Let $f:\mathbb{R}^n\rightarrow \mathbb{R}^m$ be continuous. Then, for some sufficiently large $M\geq m$, can we always guarantee that $f(\mathbb{R}^n)$ is locally-homeomorphic to some $\mathbb{R}^N$, where $N\leq n$?
My intuition is no, since I can imagine a curve crossing itself; but I can't write down an explicit example.
On
Another counterexample with a different issue: Let $$f:\mathbb R^2\to\mathbb R^2,(x,y)\mapsto\begin{cases}(x,y)&x<0\\ (x,(1-x)y)&x\in[0,1]\\(x,0)&x>1\end{cases}$$ For $x<1$, the image is locally homeomorphic to $\mathbb R^2$. For $x>1$, it is locally homeomorphic to $\mathbb R$. At the boundary of both regions, $x=1$, the image can't be locally homeomorphic to either.
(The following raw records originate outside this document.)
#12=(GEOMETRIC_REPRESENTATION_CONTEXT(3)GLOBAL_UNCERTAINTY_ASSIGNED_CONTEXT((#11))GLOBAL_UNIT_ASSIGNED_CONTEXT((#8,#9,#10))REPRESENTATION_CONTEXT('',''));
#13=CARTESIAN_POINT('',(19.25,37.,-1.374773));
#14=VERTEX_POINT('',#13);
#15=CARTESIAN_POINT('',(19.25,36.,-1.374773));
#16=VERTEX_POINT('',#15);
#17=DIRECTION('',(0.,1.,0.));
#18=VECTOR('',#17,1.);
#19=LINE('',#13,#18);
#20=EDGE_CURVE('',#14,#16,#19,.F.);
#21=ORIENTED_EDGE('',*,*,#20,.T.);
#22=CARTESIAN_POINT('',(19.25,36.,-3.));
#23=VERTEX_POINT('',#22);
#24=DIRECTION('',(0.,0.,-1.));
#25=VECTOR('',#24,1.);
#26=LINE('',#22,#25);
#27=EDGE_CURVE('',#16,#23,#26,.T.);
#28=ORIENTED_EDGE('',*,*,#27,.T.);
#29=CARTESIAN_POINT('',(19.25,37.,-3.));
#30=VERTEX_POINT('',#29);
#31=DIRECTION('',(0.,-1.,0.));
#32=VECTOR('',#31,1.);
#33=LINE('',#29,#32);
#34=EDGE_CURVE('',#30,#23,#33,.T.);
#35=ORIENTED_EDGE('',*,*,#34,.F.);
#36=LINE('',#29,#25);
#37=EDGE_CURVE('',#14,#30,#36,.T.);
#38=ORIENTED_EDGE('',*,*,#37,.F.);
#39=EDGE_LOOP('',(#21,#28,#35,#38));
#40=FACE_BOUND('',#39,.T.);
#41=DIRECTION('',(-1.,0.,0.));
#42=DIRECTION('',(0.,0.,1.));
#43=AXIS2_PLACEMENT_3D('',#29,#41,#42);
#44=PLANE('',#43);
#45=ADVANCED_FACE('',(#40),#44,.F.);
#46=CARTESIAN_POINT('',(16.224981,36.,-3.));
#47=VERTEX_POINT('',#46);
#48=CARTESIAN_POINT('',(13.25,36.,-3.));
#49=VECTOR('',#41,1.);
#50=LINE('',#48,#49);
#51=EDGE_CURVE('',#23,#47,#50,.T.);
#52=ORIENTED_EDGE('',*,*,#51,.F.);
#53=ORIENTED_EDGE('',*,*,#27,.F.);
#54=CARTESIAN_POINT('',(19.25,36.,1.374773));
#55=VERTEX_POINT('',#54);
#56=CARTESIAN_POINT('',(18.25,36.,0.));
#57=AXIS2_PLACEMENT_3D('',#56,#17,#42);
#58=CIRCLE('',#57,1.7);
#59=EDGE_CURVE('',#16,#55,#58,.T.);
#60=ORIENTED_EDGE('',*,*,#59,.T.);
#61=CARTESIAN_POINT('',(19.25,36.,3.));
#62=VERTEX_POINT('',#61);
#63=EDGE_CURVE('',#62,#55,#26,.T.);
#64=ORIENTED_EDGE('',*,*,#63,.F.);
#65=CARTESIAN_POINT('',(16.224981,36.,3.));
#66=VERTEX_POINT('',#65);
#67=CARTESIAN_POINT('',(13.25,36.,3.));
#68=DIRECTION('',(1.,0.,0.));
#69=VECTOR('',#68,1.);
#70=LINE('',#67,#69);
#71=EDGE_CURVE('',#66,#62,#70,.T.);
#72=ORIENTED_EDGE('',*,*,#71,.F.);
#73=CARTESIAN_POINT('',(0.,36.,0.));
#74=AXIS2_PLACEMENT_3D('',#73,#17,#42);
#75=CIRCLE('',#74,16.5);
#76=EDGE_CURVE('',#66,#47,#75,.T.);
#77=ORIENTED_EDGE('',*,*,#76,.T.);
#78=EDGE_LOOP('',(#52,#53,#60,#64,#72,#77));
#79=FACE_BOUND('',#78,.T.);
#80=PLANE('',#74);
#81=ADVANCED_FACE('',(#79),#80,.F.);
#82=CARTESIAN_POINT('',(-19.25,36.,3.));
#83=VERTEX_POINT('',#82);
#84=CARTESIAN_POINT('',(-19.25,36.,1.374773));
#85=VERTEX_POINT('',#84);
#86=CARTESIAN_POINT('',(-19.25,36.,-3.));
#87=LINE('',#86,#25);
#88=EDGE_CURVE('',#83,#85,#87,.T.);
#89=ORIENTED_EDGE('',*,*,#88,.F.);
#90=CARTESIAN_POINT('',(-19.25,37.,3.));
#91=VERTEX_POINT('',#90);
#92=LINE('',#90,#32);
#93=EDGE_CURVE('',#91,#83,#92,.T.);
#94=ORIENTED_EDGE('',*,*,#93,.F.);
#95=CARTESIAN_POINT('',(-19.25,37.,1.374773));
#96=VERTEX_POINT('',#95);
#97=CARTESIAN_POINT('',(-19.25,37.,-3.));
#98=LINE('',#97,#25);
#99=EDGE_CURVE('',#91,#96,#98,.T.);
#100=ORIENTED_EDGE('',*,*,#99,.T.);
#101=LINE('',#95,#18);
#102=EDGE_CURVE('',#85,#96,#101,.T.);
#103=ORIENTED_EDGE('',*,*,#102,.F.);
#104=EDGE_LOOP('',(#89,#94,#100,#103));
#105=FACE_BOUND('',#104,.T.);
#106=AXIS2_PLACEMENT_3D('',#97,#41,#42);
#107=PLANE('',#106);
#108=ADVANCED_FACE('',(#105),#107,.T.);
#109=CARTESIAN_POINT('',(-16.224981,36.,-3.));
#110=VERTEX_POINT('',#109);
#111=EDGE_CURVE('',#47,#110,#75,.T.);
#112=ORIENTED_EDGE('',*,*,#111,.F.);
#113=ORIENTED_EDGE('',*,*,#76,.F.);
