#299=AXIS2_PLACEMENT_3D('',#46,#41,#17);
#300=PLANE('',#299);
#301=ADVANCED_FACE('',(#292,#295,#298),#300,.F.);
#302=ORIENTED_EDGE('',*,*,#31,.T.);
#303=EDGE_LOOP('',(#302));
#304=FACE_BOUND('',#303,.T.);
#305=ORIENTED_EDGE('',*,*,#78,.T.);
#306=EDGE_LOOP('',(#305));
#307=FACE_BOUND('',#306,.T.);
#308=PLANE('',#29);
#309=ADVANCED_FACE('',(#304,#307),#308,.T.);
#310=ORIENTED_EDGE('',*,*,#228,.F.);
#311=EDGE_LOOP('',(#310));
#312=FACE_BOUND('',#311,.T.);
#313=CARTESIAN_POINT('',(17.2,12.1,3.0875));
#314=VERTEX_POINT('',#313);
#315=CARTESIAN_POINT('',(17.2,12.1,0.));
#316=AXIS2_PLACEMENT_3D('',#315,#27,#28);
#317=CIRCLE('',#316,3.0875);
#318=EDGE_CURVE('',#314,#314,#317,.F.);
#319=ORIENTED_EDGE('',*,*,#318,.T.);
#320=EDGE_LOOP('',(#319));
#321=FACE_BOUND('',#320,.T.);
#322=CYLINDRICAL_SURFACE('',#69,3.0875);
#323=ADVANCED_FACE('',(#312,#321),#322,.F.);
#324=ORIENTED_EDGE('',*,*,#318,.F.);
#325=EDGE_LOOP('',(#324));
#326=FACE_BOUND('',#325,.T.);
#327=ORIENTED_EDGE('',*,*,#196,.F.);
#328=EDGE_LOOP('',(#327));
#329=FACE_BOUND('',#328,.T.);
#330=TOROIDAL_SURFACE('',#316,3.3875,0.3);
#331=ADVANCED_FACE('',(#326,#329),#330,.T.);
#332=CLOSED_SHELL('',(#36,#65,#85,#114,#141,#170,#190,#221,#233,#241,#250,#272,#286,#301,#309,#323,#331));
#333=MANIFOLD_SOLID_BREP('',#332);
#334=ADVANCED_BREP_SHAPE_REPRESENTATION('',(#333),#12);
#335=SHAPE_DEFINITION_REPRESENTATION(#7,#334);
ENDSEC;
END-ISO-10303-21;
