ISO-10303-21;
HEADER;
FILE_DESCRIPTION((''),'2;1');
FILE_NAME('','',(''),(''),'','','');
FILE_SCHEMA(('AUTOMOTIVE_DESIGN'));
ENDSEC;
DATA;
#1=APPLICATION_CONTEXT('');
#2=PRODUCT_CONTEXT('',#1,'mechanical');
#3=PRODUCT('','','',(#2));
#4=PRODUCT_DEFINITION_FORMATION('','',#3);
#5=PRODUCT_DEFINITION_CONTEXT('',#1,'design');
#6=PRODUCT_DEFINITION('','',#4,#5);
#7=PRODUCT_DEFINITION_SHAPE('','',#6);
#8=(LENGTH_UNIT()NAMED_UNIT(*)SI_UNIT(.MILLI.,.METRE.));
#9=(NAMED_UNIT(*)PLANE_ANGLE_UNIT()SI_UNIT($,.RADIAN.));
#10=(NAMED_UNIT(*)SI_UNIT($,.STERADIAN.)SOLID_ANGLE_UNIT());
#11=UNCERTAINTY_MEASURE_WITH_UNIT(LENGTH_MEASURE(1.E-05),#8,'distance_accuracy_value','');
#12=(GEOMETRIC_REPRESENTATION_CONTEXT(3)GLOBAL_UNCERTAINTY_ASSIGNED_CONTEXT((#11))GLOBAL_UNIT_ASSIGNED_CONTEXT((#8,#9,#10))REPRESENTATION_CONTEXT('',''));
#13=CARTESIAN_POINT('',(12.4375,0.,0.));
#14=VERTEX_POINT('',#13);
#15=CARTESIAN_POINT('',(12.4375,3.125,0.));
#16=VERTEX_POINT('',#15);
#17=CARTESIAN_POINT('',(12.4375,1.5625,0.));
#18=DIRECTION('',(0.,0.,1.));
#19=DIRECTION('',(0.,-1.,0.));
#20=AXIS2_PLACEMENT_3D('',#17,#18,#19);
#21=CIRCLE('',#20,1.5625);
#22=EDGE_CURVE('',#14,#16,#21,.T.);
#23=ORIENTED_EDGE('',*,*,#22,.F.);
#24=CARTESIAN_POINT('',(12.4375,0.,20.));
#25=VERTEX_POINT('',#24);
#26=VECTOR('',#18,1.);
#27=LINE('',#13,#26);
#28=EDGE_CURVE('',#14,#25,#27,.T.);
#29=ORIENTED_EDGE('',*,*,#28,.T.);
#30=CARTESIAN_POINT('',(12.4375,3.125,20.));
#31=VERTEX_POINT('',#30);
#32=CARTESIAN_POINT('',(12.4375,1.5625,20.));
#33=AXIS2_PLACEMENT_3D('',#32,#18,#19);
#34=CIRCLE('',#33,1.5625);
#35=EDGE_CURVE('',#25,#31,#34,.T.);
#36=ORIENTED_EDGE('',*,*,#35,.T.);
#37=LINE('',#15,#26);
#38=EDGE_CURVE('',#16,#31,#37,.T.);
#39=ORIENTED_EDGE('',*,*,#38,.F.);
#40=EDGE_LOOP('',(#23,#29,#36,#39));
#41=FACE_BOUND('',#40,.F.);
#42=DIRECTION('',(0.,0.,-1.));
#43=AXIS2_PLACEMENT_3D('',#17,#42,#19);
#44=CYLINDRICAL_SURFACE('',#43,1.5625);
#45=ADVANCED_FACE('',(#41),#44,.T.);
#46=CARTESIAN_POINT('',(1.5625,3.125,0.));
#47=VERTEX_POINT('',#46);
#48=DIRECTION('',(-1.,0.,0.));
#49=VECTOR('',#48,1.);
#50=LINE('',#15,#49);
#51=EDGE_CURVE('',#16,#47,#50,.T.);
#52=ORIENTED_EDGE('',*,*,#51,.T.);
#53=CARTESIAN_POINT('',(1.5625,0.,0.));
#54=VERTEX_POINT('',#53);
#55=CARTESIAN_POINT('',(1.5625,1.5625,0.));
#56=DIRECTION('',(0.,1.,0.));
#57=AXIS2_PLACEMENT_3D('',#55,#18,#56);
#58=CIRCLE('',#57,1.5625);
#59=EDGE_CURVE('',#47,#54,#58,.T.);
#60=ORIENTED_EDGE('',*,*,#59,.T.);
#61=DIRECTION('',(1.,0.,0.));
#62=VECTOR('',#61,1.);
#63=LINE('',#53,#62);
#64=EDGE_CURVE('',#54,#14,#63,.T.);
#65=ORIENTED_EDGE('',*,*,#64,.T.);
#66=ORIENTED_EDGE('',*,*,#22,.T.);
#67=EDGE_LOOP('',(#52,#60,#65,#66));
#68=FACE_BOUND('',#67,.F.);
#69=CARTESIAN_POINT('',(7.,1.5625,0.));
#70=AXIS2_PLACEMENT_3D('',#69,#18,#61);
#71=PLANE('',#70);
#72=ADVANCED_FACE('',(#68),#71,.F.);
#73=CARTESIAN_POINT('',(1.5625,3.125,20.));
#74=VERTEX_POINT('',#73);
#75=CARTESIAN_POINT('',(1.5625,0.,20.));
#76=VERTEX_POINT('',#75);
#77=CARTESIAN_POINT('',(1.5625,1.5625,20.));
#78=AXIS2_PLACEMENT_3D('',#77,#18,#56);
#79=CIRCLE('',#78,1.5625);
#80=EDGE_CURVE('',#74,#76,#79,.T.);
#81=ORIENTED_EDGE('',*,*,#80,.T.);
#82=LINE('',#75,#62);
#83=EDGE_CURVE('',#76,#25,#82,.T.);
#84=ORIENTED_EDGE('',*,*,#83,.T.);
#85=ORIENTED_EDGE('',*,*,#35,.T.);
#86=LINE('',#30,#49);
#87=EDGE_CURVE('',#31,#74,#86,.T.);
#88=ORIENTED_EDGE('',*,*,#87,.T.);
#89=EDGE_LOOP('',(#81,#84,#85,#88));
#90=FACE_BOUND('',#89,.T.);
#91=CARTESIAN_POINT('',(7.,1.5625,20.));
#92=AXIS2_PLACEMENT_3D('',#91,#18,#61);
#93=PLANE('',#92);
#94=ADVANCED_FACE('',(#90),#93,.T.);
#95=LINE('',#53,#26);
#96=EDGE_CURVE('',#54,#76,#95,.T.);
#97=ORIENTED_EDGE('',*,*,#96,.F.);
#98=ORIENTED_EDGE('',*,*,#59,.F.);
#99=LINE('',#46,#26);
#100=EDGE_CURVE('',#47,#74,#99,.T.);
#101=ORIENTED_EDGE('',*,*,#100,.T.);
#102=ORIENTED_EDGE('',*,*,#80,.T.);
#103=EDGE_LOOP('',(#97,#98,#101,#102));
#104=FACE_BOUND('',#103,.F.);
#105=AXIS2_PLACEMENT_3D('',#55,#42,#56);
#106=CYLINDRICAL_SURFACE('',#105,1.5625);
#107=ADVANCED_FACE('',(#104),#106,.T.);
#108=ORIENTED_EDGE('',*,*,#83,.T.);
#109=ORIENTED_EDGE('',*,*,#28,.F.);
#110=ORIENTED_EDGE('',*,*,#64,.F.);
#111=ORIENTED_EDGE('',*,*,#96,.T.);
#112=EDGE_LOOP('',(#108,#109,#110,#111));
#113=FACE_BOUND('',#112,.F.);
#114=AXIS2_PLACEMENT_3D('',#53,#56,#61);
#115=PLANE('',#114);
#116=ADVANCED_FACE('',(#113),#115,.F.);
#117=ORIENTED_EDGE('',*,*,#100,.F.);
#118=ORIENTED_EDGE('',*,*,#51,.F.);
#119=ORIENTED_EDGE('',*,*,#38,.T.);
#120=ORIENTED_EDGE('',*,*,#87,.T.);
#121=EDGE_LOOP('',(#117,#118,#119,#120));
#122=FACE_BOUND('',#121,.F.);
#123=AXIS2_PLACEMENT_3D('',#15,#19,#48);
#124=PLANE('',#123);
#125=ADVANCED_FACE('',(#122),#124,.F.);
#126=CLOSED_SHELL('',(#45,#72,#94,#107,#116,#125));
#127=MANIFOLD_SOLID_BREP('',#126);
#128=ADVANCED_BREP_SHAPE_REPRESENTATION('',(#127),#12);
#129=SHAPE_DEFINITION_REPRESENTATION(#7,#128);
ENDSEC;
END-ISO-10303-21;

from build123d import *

# Parameters (mm, degrees)
PAD_DEPTH = 20


with BuildPart() as part:
    # Sketch → Pad (new body)
    with BuildSketch(Plane.XY):
        with BuildLine():
            Line((1.5625, 0), (12.4375, 0))
            ThreePointArc((12.4375, 0), (14, 1.5625), (12.4375, 3.125))
            Line((12.4375, 3.125), (1.5625, 3.125))
            ThreePointArc((1.5625, 3.125), (0, 1.5625), (1.5625, 0))
        make_face()
    extrude(amount=PAD_DEPTH)


solid = part.part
No. Take, for instance,$$\begin{array}{rccc}f\colon&\Bbb R&\longrightarrow&\Bbb R^2\\&t&\mapsto&\left(\frac{\cos(t)}{1+\sin^2(t)},\frac{\sin(t)\cos(t)}{1+\sin^2(t)}\right).\end{array}$$Its range is a Lemniscate of Bernoulli, which is not locally homeomorphic to $\Bbb R$ (precisely because of the existence of a self-intersection).